GSMA Intelligence warned a move by Malaysia’s government to deploy a single 5G network faced significant risks, citing various failures of such strategies in the 4G era and the potential to undo a high level of competition in the nation’s mobile market.
Earlier this month The Star reported Malaysia’s special purpose vehicle Digital Nasional awarded Ericsson a contract to build the 5G network, expecting it to cost MYR11 billion ($2.6 billion) and achieve 80 per cent population coverage by 2024. Operators will receive equal access through wholesale agreements.
In a research note, GSMA Intelligence highlighted the move appears to stymie efforts by operators to advance their own 5G projects: Maxis, for example, agreed a deal with Huawei in late 2019.

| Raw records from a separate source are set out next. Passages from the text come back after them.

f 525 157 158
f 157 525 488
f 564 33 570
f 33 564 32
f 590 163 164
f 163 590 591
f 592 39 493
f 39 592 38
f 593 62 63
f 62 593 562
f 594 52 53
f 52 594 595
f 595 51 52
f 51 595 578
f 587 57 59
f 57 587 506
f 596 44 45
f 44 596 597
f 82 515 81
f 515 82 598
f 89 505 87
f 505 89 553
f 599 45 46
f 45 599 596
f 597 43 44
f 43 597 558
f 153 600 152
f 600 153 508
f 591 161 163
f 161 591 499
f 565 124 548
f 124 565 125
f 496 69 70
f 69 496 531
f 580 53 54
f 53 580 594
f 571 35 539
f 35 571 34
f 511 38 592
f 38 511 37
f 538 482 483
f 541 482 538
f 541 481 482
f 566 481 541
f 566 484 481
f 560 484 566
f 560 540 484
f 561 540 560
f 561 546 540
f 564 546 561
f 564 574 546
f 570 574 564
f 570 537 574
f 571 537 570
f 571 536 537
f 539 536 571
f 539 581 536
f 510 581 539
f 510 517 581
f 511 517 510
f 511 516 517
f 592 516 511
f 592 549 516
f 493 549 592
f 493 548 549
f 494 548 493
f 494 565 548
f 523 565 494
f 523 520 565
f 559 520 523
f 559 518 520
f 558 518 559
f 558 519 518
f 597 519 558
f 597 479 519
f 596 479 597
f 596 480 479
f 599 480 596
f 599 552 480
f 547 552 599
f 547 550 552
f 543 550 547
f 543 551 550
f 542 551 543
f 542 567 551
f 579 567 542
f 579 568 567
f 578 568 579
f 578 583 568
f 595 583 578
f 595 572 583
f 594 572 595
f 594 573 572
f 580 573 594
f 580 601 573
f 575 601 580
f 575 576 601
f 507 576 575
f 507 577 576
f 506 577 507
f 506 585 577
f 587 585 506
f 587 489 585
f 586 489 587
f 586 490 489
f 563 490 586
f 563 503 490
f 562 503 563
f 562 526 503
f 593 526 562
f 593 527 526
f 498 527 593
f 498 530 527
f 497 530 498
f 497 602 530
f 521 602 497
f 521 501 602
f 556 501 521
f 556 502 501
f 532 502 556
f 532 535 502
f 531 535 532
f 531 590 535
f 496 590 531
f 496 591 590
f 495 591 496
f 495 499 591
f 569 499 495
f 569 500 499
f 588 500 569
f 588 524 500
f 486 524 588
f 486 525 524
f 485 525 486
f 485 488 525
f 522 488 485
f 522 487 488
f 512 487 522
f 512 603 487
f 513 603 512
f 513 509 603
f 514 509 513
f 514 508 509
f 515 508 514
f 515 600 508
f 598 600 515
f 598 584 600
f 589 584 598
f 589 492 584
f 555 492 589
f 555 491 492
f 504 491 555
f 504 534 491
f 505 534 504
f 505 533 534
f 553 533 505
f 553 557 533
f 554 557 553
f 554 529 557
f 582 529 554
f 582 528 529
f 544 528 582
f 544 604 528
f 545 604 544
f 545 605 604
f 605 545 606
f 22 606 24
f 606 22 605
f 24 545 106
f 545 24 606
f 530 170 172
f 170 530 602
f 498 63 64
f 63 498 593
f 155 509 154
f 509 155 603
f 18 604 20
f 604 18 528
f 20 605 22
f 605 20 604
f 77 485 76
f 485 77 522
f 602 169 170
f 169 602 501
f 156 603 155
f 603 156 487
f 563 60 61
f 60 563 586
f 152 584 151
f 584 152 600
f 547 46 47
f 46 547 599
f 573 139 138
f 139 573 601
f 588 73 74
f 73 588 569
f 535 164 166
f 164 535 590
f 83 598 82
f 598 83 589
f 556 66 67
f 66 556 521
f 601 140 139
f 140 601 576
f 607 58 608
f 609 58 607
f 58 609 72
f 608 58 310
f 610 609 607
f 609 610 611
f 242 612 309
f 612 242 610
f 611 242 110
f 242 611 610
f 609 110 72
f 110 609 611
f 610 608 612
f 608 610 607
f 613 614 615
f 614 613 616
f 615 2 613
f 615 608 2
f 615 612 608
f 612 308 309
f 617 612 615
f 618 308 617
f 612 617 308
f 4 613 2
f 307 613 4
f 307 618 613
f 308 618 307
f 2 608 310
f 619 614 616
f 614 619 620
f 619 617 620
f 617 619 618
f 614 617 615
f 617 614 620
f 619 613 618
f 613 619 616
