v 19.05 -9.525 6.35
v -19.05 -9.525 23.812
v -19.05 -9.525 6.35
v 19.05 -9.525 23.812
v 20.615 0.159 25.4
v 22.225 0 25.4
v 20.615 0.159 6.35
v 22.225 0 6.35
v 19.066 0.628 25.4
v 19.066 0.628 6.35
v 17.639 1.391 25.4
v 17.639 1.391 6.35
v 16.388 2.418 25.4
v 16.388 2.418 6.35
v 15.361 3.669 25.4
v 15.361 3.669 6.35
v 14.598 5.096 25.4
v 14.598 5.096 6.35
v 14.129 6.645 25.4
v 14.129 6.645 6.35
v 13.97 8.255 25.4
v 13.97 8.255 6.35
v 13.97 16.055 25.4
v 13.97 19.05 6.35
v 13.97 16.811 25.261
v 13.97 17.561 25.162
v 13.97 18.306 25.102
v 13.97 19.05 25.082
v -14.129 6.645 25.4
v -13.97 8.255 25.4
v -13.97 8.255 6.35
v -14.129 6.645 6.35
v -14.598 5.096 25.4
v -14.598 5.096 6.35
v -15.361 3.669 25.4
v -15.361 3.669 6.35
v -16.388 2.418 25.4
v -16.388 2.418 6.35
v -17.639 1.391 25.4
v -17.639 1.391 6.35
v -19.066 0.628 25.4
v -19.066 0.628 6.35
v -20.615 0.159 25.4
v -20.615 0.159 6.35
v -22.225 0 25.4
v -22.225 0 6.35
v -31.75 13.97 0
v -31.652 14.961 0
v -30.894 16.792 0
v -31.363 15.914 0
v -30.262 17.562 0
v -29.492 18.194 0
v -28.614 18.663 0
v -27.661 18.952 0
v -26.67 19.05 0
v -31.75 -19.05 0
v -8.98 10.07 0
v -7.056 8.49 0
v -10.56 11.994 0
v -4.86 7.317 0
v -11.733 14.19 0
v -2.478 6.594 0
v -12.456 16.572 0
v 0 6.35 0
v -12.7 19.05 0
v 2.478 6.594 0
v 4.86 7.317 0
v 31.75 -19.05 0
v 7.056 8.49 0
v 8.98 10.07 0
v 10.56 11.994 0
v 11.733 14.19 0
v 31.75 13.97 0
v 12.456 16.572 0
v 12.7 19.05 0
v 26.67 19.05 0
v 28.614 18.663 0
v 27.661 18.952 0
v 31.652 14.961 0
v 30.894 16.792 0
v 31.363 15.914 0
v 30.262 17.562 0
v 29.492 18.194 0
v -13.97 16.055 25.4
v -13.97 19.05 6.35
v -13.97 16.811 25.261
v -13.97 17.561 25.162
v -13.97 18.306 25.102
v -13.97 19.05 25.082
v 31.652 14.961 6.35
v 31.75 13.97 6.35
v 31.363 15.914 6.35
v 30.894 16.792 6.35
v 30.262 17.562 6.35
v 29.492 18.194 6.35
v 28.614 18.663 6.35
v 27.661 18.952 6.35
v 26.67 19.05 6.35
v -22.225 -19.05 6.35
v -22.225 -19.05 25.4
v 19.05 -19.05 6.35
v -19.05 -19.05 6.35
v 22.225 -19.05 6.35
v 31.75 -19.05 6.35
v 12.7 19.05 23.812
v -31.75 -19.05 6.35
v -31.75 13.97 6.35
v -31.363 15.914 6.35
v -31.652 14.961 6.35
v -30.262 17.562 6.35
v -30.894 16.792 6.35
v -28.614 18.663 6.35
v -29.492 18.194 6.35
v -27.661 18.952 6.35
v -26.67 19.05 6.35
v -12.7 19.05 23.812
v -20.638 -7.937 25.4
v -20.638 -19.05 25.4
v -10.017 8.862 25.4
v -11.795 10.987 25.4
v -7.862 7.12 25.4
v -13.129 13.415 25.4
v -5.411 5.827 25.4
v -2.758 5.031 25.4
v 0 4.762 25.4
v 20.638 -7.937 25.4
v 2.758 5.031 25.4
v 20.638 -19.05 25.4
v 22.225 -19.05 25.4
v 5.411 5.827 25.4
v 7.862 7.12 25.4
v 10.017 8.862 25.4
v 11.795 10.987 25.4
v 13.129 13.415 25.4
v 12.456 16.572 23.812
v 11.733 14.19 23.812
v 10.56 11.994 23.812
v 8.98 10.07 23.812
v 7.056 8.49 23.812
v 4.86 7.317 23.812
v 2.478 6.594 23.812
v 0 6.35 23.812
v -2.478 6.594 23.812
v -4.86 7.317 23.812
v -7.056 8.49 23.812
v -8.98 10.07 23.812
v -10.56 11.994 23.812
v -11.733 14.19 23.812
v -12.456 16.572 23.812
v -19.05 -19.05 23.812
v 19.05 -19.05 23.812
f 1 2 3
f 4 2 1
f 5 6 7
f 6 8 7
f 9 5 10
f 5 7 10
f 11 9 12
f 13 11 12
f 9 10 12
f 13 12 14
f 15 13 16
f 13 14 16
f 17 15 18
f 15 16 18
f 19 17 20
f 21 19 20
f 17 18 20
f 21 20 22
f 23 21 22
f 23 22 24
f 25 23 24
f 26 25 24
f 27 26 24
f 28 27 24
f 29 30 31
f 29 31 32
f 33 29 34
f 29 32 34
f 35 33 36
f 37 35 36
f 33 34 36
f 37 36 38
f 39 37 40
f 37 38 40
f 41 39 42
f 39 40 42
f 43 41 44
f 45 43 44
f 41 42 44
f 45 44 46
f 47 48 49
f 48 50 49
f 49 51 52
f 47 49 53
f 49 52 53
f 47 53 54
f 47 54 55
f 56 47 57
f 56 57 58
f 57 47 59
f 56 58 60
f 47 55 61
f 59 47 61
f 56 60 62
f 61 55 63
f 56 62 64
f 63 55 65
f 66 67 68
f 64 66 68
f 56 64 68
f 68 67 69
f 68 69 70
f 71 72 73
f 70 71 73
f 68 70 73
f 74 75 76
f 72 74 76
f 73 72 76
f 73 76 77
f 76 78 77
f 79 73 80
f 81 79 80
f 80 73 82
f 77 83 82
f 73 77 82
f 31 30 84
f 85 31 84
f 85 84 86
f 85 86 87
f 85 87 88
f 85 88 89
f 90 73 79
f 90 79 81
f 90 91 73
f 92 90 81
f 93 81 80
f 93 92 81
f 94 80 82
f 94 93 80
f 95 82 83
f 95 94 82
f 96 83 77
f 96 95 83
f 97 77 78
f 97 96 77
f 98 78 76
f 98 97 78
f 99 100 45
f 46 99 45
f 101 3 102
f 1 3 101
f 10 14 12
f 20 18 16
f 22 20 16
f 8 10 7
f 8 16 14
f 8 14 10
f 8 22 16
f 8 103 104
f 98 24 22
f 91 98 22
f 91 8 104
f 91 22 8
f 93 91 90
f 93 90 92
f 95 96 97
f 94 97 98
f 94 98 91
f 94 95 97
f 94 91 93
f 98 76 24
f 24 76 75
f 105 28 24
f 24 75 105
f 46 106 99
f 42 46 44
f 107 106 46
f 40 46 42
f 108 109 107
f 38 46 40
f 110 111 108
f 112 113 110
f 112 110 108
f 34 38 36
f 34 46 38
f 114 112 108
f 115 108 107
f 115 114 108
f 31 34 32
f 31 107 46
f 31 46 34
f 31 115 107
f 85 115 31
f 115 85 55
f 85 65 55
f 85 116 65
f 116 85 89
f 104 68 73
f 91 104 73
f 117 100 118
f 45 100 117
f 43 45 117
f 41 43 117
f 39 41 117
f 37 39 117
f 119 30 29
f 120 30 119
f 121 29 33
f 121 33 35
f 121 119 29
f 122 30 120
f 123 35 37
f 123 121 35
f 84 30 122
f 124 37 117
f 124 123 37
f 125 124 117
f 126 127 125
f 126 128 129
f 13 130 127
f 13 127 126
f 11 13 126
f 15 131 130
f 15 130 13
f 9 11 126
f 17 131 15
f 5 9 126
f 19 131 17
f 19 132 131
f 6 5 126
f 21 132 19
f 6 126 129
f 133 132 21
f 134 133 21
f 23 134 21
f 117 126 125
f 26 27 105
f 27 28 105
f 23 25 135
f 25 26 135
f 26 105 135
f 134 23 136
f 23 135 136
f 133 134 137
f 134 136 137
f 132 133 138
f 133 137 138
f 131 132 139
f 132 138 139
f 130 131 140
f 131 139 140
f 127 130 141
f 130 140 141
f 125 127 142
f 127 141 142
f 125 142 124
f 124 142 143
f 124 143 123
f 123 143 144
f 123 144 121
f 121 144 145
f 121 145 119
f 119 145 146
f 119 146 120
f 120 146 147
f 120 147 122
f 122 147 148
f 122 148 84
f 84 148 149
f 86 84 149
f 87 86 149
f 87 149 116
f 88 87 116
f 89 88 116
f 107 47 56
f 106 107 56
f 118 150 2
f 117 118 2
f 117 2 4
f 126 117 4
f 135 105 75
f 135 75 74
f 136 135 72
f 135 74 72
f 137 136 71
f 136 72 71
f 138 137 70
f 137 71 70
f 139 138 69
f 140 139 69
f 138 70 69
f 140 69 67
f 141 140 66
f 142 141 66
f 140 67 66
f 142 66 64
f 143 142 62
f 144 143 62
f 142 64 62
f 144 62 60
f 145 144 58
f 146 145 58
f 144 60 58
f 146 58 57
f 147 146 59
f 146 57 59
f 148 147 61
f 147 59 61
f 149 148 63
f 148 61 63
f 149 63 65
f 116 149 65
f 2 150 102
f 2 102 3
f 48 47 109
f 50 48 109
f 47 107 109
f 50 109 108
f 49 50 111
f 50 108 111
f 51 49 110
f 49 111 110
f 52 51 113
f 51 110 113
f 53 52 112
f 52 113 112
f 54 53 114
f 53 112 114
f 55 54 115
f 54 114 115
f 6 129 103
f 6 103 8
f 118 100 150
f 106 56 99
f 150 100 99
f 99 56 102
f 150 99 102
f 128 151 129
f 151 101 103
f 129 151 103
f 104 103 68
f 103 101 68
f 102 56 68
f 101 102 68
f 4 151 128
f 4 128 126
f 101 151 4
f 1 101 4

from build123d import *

# Parameters (mm, degrees)
F0_R      = 22.5780805595
F5_DEPTH  = 25.4
F6_W      = 9.525
F6_H      = 38.1
F7_DEPTH  = 19.05
F8_R      = 5.08
F9_W      = 9.525
F9_H      = 38.1
F10_DEPTH = 19.05
F11_W     = 38.1
F11_H     = 9.525
F12_DEPTH = 19.05
F14_R     = 5.08
F13_W     = 8.255
F13_H     = 19.05
F15_DEPTH = 19.05
F16_R     = 8.25499
F17_SIZE  = 1.5875


# Not quite as in the source:
# - a fillet or chamfer is up to 0.001 mm smaller than in the source, because OpenCascade refuses the exact size


with BuildPart() as f2:
    # F2: sweep along a path in F1
    with BuildLine(Plane.XZ) as f2_path:
        Line((0, 0), (57.7025674284, 65.8432990313))
    # F0 (on Top) → F2 (sweep)
    with BuildSketch(Plane.XY):
        with Locations((-2.6368375402, 0)):
            Circle(F0_R)
    sweep(path=f2_path.line)


with BuildPart() as f5:
    # F4 (on Top) → F5 (new body)
    with BuildSketch(Plane.XY):
        with BuildLine():
            Line((-31.75, -19.05), (31.75, -19.05))
            Line((31.75, -19.05), (31.75, 19.05))
            Line((31.75, 19.05), (12.7, 19.05))
            ThreePointArc((12.7, 19.05), (0, 6.35), (-12.7, 19.05))
            Line((-12.7, 19.05), (-31.75, 19.05))
            Line((-31.75, 19.05), (-31.75, -19.05))
        make_face()
    extrude(amount=F5_DEPTH)

    # F6 (on face) → F7 (cut)
    with BuildSketch(Plane.XY.offset(25.4)):
        with Locations((26.9875, 0)):
            Rectangle(F6_W, F6_H)
    extrude(amount=-F7_DEPTH, mode=Mode.SUBTRACT)

    # F8
    f8_edges = [f5.edges().sort_by_distance(p)[0] for p in [
        (31.75, 19.05, 3.175),
    ]]
    fillet(f8_edges, radius=F8_R)

    # F9 (on face) → F10 (cut)
    with BuildSketch(Plane.XY.offset(25.4)):
        with Locations((-26.9875, 0)):
            Rectangle(F9_W, F9_H)
    extrude(amount=-F10_DEPTH, mode=Mode.SUBTRACT)

    # F11 (on face) → F12 (cut)
    with BuildSketch(Plane.XY.offset(25.4)):
        with Locations((0, -14.2875)):
            Rectangle(F11_W, F11_H)
    extrude(amount=-F12_DEPTH, mode=Mode.SUBTRACT)

    # F14
    f14_edges = [f5.edges().sort_by_distance(p)[0] for p in [
        (-31.75, 19.05, 3.175),
    ]]
    fillet(f14_edges, radius=F14_R)

    # F13 (on face) → F15 (cut)
    with BuildSketch(Plane.XY.offset(25.4)):
        with Locations((-18.0975, 9.525)):
            Rectangle(F13_W, F13_H)
        with Locations((18.0975, 9.525)):
            Rectangle(F13_W, F13_H)
    extrude(amount=-F15_DEPTH, mode=Mode.SUBTRACT)

    # F16 (radius 8.255 in the source; OpenCascade refuses exactly that, so slightly less here)
    f16_edges = [f5.edges().sort_by_distance(p)[0] for p in [
        (-13.97, 0, 15.875),
        (13.97, 0, 15.875),
    ]]
    fillet(f16_edges, radius=F16_R)

    # F17
    f17_edges = [f5.edges().sort_by_distance(p)[0] for p in [
        (0, 6.35, 25.4),
        (0, -9.525, 25.4),
        (-19.05, -14.2875, 25.4),
        (19.05, -14.2875, 25.4),
    ]]
    chamfer(f17_edges, length=F17_SIZE)


solid = f5.part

The analyst company noted attempts to deploy single wholesale networks in the 4G era largely failed to bear fruit, with projects beset by rollout delays or failing to deliver the quality of service and increase in competition expected.
In contrast, open markets had largely achieved the promise of “delivering far-reaching coverage and unprecedented growth in mobile adoption”.
Malaysia’s current licensing framework already provides a “competitive dynamic”, it stated citing “voluntary network-sharing agreements” between operators seeking to “balance competition with cost efficiencies”.
GSMA Intelligence also highlighted a pending merger of Celcom with Digi “could deliver the scale, synergies and financial position to boost” infrastructure investment.